-- Work task --
Write down the whole listing below again without changing a word.

==== Task data ====

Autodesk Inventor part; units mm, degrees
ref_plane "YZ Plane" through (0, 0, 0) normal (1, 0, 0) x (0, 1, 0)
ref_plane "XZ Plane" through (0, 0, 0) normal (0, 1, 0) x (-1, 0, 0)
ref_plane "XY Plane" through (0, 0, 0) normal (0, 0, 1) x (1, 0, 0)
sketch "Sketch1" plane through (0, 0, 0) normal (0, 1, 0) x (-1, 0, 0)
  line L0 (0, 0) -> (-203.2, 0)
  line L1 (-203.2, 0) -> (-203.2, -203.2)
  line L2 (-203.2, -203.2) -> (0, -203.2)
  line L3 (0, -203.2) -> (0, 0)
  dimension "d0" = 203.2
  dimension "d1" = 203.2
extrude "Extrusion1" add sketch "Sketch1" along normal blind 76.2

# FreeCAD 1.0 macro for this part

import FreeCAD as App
import Part
import Sketcher

V = App.Vector
Q = App.Units.Quantity


def add_polygon(sketch, points):
    """Adds a closed chain of lines whose ends are joined by coincident constraints."""
    first, n = sketch.GeometryCount, len(points)
    for a, b in zip(points, points[1:] + points[:1]):
        sketch.addGeometry(Part.LineSegment(App.Vector(*a, 0), App.Vector(*b, 0)), False)
    for i in range(n):
        sketch.addConstraint(Sketcher.Constraint("Coincident", first + i, 2, first + (i + 1) % n, 1))

doc = App.newDocument("Part")
body = doc.addObject("PartDesign::Body", "Body")

# Sketch on XZ plane
sketch1 = body.newObject("Sketcher::SketchObject", "Sketch")
sketch1.AttachmentSupport = (doc.getObject("XZ_Plane"), [""])
sketch1.MapMode = "FlatFace"
add_polygon(sketch1, [(0, -203), (0, 0), (203, 0), (203, -203)])  # lines 0-3
sketch1.addConstraint([
    Sketcher.Constraint("Vertical", 0),
    Sketcher.Constraint("Horizontal", 1),
    Sketcher.Constraint("Vertical", 2),
    Sketcher.Constraint("Horizontal", 3),
    Sketcher.Constraint("Coincident", 0, 2, -1, 1),
    Sketcher.Constraint("Equal", 3, 0),
    Sketcher.Constraint("DistanceX", 1, 1, 1, 2, Q("8 in")),
])
pad1 = body.newObject("PartDesign::Pad", "Pad")
pad1.Profile = sketch1
pad1.Length = Q("3 in")
pad1.Reversed = True

doc.recompute()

====

-- Solution to this exercise --
Autodesk Inventor part; units mm, degrees
ref_plane "YZ Plane" through (0, 0, 0) normal (1, 0, 0) x (0, 1, 0)
ref_plane "XZ Plane" through (0, 0, 0) normal (0, 1, 0) x (-1, 0, 0)
ref_plane "XY Plane" through (0, 0, 0) normal (0, 0, 1) x (1, 0, 0)
sketch "Sketch1" plane through (0, 0, 0) normal (0, 1, 0) x (-1, 0, 0)
  line L0 (0, 0) -> (-203.2, 0)
  line L1 (-203.2, 0) -> (-203.2, -203.2)
  line L2 (-203.2, -203.2) -> (0, -203.2)
  line L3 (0, -203.2) -> (0, 0)
  dimension "d0" = 203.2
  dimension "d1" = 203.2
extrude "Extrusion1" add sketch "Sketch1" along normal blind 76.2

# FreeCAD 1.0 macro for this part

import FreeCAD as App
import Part
import Sketcher

V = App.Vector
Q = App.Units.Quantity


def add_polygon(sketch, points):
    """Adds a closed chain of lines whose ends are joined by coincident constraints."""
    first, n = sketch.GeometryCount, len(points)
    for a, b in zip(points, points[1:] + points[:1]):
        sketch.addGeometry(Part.LineSegment(App.Vector(*a, 0), App.Vector(*b, 0)), False)
    for i in range(n):
        sketch.addConstraint(Sketcher.Constraint("Coincident", first + i, 2, first + (i + 1) % n, 1))

doc = App.newDocument("Part")
body = doc.addObject("PartDesign::Body", "Body")

# Sketch on XZ plane
sketch1 = body.newObject("Sketcher::SketchObject", "Sketch")
sketch1.AttachmentSupport = (doc.getObject("XZ_Plane"), [""])
sketch1.MapMode = "FlatFace"
add_polygon(sketch1, [(0, -203), (0, 0), (203, 0), (203, -203)])  # lines 0-3
sketch1.addConstraint([
    Sketcher.Constraint("Vertical", 0),
    Sketcher.Constraint("Horizontal", 1),
    Sketcher.Constraint("Vertical", 2),
    Sketcher.Constraint("Horizontal", 3),
    Sketcher.Constraint("Coincident", 0, 2, -1, 1),
    Sketcher.Constraint("Equal", 3, 0),
    Sketcher.Constraint("DistanceX", 1, 1, 1, 2, Q("8 in")),
])
pad1 = body.newObject("PartDesign::Pad", "Pad")
pad1.Profile = sketch1
pad1.Length = Q("3 in")
pad1.Reversed = True

doc.recompute()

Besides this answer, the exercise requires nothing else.